L’expression de l’antagoniste bêta-caténine WINT agit dans le domaine HER 4.3 contenant les cellules prolifératives de la blase, n’a étonnamment aucun effet sur la prolifération cellulaire régénérative. Cela suggère que le vent, la bétaïne et la signalisation dans le blastème proximal prolifératif n’ont pas de rôle essentiel dans la régulation de la prolifération des cellules ML des blastes. En revanche, l’utilisation de la lignée activatrice Tet pilotée par le promoteur de l’ubiquitine pour induire l’expression de l’axine un dans tous les tissus de la régénération de la nageoire interfère fortement avec la prolifération cellulaire régénérative.

De plus, l’expression de l’axone un dans le domaine HER 4.3, qui n’inclut pas les ostéoblastes, interfère fortement avec la formation osseuse chez les régénérés. Ainsi, l’interférence tissulaire spécifique avec la signalisation du vent à l’aide du système TE on révèle des fonctions indirectes inattendues de la signalisation éolienne dans la régulation de la prolifération cellulaire et la régénération osseuse. Une fois maîtrisée, cette technique peut être utilisée pour l’expression génique ciblée inductible dans n’importe quel tissu d’intérêt.
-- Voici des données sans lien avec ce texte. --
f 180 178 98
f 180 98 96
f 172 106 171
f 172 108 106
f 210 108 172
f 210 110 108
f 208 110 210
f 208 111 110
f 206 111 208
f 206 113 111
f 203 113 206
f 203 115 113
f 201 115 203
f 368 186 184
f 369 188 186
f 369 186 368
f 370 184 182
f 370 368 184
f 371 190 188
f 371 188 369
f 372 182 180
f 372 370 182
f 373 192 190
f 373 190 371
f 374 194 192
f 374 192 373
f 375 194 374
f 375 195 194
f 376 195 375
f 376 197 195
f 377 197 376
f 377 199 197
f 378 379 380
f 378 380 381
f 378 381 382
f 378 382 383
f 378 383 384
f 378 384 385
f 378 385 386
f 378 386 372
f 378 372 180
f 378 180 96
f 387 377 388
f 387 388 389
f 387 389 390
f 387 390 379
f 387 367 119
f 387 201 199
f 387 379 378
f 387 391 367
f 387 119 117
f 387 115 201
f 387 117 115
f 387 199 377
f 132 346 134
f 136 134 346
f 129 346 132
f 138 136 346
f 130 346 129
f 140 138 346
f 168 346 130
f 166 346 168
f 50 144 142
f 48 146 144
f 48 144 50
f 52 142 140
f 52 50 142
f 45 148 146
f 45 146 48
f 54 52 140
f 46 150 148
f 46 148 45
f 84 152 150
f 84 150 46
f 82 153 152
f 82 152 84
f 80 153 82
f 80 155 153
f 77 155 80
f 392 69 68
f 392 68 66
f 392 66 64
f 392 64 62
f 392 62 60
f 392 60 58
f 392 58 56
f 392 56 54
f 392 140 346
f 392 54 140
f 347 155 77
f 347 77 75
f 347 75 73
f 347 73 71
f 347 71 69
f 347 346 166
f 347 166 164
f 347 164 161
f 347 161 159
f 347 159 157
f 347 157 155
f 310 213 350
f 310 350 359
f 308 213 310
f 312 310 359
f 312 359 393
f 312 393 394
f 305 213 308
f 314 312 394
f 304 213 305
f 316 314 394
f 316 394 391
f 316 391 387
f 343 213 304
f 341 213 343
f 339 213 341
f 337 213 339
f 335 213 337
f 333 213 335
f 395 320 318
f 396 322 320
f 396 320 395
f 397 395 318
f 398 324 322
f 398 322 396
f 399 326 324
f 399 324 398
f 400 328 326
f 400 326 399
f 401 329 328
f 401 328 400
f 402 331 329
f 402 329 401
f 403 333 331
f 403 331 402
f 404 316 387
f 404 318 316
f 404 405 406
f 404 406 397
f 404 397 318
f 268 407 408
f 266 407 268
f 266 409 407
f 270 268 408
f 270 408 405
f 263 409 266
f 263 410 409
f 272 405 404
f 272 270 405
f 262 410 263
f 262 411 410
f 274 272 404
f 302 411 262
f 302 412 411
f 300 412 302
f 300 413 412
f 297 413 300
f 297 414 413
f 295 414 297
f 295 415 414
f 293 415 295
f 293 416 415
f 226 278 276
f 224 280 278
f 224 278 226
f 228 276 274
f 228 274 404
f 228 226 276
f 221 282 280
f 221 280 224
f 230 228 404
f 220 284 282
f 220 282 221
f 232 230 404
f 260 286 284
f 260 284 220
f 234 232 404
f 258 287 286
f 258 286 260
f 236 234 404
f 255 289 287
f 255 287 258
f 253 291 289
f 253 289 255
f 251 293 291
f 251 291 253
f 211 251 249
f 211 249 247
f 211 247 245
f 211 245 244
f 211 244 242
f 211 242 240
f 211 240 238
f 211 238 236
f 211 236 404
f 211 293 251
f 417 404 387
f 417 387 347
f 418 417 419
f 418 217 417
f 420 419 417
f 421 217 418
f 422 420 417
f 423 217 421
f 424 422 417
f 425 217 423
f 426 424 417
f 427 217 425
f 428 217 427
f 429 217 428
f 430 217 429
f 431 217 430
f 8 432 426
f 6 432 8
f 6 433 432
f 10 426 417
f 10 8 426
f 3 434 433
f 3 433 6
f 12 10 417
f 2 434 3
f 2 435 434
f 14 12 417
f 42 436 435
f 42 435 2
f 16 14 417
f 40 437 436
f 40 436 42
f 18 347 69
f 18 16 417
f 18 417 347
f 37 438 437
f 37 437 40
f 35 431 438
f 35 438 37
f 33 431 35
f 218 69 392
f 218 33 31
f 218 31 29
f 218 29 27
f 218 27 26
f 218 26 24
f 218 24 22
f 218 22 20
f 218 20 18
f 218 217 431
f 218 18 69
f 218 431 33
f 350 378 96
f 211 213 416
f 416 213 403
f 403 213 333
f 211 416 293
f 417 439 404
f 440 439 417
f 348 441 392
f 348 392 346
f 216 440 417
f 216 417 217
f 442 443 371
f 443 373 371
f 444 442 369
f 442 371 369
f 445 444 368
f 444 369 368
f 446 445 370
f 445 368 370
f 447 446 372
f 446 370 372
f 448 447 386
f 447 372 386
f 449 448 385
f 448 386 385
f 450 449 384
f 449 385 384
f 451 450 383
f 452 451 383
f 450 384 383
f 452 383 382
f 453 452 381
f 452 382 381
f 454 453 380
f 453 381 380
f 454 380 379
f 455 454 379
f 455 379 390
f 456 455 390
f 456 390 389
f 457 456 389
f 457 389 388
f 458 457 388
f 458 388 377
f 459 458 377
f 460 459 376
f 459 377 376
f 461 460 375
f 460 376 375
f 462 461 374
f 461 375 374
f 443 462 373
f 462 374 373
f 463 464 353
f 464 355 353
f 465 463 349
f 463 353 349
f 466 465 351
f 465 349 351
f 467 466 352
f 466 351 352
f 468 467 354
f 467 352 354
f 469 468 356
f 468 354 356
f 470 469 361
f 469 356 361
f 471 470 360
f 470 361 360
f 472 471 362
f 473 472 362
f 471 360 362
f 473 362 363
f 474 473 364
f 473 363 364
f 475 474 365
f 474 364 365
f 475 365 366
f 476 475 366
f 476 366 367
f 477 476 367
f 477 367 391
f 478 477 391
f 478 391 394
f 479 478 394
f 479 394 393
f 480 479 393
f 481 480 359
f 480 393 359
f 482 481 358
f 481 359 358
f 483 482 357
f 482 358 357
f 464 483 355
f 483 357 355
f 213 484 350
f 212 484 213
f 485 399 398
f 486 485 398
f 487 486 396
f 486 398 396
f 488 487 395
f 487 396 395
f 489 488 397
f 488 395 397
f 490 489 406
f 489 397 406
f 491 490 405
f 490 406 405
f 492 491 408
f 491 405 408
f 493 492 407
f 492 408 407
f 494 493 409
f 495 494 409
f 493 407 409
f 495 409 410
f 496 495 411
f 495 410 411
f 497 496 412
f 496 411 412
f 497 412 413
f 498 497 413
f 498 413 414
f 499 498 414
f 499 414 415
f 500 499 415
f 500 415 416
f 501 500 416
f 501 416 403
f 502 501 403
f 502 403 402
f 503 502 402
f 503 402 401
Nous avons appliqué avec succès cette méthode pour sonder les fonctions tissulaires spécifiques de la signalisation de la nicotine dans la nageoire en queue de poisson S en régénération. L’utilisation de cette méthode aidera à acquérir une compréhension plus complète des déterminants moléculaires régulant la régénération des tissus.